- [Task details] Here is the task for the records below: repeat exactly the lines from the one with "f10_edges = [f1.edges().sort_by_distance(p)[0]" to the one with "# F17 (on face) → F18 (cut)", both included, and nothing else.

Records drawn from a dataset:
╔══

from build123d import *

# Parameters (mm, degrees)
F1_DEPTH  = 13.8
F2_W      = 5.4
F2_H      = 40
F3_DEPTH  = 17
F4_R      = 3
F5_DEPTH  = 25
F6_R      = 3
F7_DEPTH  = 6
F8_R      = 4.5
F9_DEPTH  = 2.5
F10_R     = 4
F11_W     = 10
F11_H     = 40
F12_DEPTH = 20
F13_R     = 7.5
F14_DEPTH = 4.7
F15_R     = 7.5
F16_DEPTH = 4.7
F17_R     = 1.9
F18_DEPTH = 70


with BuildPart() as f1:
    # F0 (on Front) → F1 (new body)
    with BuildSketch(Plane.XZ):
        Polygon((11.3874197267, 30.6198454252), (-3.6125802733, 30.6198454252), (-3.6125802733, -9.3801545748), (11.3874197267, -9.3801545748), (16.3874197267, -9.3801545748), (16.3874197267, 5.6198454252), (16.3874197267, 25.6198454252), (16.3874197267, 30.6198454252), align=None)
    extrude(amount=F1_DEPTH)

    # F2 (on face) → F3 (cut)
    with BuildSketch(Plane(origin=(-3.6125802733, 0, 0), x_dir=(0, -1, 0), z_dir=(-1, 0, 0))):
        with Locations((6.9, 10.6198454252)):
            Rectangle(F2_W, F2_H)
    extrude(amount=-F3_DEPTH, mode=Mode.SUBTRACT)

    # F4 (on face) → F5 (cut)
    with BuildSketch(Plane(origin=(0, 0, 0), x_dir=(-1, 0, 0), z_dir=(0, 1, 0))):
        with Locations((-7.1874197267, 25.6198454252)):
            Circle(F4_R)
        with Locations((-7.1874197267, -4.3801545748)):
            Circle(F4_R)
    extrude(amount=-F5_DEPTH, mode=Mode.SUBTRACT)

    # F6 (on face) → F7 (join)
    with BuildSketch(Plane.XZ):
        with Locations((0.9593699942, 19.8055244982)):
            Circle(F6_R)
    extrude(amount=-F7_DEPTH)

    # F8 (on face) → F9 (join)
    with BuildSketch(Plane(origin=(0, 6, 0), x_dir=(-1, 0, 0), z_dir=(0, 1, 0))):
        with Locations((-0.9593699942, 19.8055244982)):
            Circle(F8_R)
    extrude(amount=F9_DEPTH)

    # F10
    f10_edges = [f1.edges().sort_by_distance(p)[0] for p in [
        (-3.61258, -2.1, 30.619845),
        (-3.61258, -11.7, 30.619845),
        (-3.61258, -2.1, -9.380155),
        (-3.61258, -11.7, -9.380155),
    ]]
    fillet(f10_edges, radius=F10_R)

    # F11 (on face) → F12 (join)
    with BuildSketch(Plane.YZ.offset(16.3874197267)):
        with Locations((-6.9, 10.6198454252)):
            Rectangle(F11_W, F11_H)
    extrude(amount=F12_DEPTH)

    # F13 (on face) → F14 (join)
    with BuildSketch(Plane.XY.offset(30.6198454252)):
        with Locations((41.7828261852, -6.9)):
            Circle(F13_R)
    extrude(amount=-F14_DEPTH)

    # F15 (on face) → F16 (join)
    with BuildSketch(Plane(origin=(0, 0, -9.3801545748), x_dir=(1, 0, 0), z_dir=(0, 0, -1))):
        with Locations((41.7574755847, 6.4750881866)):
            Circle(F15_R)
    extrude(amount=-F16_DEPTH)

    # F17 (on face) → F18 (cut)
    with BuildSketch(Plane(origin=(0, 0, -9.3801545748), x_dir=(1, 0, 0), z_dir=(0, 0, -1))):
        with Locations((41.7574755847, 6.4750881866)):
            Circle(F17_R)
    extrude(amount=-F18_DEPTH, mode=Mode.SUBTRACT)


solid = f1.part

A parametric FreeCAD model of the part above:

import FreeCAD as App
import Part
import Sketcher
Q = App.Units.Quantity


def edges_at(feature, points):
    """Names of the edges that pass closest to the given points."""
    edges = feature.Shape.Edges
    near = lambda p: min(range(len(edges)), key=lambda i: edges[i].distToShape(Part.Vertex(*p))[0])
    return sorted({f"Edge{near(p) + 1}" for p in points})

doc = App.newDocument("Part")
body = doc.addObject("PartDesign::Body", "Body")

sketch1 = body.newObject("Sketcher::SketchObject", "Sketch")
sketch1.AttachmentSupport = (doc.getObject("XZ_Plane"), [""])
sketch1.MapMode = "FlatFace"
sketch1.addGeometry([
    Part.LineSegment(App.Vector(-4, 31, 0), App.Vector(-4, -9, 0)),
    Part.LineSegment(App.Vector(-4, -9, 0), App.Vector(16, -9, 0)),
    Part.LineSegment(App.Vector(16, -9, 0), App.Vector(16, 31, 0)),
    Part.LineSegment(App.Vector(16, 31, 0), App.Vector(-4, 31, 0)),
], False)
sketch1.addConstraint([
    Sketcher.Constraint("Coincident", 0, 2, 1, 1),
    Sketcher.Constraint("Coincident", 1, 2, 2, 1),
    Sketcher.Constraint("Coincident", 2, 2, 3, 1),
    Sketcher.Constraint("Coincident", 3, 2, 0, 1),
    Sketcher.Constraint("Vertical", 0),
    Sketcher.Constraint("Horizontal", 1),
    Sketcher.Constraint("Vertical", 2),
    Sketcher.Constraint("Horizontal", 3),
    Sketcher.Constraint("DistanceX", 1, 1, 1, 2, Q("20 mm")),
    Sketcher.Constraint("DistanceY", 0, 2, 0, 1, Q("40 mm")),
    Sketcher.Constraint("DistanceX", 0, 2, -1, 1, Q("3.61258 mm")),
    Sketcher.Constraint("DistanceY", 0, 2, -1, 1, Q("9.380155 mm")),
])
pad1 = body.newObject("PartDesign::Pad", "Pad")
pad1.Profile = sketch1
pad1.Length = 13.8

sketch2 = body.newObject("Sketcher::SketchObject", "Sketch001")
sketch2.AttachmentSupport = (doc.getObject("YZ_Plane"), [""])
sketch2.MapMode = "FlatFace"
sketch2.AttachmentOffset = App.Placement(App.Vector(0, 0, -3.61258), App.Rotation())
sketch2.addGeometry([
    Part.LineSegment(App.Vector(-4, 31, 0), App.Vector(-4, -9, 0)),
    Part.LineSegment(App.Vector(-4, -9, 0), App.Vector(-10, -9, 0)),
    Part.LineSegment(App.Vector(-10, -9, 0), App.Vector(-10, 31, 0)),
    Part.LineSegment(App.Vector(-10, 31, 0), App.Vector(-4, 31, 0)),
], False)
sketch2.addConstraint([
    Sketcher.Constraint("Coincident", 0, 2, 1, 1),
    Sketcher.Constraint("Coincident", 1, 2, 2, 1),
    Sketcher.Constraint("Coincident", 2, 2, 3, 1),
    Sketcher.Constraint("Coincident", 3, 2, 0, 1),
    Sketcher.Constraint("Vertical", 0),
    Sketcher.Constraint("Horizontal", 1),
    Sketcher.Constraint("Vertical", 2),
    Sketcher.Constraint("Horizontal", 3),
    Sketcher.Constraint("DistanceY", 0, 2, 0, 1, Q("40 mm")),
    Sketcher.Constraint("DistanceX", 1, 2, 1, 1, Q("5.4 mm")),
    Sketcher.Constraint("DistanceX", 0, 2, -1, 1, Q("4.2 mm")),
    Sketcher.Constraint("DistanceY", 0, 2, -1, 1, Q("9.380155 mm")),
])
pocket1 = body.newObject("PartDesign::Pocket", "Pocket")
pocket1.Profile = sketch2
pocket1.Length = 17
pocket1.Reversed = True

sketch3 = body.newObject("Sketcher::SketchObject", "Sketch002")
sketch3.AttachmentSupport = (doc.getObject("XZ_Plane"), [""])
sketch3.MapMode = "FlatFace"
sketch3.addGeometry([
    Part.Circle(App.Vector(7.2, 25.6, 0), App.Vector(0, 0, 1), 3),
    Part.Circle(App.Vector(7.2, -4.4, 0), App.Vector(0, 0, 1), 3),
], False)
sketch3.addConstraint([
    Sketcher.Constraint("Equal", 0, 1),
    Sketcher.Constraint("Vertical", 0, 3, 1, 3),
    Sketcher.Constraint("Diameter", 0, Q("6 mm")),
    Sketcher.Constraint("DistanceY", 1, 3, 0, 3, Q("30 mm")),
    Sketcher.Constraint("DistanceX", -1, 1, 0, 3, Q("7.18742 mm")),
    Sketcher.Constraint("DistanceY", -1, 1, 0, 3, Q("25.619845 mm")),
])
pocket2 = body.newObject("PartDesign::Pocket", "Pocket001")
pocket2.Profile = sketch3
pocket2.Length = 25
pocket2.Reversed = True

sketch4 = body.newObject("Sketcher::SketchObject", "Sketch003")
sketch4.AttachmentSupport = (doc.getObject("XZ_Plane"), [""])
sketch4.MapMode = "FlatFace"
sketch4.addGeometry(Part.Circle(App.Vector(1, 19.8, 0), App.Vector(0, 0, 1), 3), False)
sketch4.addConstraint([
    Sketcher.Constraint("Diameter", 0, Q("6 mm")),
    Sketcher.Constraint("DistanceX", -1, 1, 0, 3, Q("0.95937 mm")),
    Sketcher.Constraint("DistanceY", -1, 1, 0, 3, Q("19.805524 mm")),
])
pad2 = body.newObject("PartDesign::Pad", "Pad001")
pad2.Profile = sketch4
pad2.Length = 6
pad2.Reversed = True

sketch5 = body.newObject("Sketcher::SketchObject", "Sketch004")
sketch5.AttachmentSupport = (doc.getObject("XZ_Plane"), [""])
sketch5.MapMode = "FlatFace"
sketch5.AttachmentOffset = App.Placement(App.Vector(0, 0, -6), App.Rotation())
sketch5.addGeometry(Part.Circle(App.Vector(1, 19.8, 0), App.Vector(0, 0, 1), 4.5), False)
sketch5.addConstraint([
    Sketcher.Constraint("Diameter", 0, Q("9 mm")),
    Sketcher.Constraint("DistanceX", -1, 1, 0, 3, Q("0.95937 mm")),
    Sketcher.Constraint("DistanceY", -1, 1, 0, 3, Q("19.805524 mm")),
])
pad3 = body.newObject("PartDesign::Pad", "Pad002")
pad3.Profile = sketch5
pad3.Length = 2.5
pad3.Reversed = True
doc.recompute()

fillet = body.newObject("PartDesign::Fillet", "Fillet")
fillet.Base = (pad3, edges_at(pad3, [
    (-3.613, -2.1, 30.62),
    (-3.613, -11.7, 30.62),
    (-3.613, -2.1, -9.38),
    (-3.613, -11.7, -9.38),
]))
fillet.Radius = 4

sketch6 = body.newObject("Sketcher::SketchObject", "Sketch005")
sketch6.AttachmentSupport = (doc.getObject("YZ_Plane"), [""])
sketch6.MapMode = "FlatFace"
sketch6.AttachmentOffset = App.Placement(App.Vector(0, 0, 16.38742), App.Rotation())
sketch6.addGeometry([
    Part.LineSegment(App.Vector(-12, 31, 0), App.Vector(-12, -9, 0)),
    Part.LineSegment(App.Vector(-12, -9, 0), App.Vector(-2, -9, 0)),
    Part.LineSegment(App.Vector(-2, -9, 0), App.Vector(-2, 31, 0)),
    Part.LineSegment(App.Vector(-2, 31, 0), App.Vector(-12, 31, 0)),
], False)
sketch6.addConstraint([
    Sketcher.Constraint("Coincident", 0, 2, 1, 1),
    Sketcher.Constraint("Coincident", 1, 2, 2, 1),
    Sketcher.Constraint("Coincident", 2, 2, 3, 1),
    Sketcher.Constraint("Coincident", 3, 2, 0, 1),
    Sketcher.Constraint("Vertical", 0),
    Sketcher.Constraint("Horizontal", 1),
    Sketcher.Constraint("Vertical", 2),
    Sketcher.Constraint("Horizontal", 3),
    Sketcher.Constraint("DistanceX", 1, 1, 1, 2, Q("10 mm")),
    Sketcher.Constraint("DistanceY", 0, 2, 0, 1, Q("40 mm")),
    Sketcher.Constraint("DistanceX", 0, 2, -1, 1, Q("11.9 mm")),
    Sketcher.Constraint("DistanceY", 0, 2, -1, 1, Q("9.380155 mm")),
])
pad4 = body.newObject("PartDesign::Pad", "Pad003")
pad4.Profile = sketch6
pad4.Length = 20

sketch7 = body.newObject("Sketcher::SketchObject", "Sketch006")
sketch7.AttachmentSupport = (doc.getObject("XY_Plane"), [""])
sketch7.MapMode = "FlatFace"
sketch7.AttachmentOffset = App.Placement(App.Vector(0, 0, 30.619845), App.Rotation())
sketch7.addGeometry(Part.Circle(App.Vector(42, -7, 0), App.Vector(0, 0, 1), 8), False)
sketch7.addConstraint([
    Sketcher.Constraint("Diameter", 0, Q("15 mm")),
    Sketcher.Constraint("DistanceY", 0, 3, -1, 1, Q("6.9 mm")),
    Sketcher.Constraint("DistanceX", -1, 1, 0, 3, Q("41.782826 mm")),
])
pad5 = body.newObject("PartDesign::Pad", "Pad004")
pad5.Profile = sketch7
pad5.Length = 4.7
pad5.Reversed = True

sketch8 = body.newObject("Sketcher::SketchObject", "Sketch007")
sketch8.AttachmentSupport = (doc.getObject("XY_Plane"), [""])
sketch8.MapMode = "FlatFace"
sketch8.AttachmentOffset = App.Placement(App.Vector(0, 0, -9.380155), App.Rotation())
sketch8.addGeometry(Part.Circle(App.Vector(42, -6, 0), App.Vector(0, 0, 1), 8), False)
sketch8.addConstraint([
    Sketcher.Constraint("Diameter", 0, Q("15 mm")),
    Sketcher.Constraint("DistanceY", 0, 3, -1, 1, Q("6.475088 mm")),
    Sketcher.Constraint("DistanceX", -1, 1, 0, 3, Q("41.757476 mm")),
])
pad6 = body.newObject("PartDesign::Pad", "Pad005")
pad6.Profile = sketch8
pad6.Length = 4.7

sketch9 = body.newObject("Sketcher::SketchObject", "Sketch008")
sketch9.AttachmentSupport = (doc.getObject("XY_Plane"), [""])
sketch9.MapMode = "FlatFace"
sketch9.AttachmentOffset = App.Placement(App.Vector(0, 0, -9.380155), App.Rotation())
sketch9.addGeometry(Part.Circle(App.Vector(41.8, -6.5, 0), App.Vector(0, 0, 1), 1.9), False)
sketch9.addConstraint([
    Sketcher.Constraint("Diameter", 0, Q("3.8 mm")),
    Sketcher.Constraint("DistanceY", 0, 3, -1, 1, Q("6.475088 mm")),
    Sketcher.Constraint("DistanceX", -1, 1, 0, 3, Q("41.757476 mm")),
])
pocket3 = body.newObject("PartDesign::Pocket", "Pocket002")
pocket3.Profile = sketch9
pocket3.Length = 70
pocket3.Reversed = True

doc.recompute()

╚══

- [Expected answer]
    f10_edges = [f1.edges().sort_by_distance(p)[0] for p in [
        (-3.61258, -2.1, 30.619845),
        (-3.61258, -11.7, 30.619845),
        (-3.61258, -2.1, -9.380155),
        (-3.61258, -11.7, -9.380155),
    ]]
    fillet(f10_edges, radius=F10_R)

    # F11 (on face) → F12 (join)
    with BuildSketch(Plane.YZ.offset(16.3874197267)):
        with Locations((-6.9, 10.6198454252)):
            Rectangle(F11_W, F11_H)
    extrude(amount=F12_DEPTH)

    # F13 (on face) → F14 (join)
    with BuildSketch(Plane.XY.offset(30.6198454252)):
        with Locations((41.7828261852, -6.9)):
            Circle(F13_R)
    extrude(amount=-F14_DEPTH)

    # F15 (on face) → F16 (join)
    with BuildSketch(Plane(origin=(0, 0, -9.3801545748), x_dir=(1, 0, 0), z_dir=(0, 0, -1))):
        with Locations((41.7574755847, 6.4750881866)):
            Circle(F15_R)
    extrude(amount=-F16_DEPTH)

    # F17 (on face) → F18 (cut)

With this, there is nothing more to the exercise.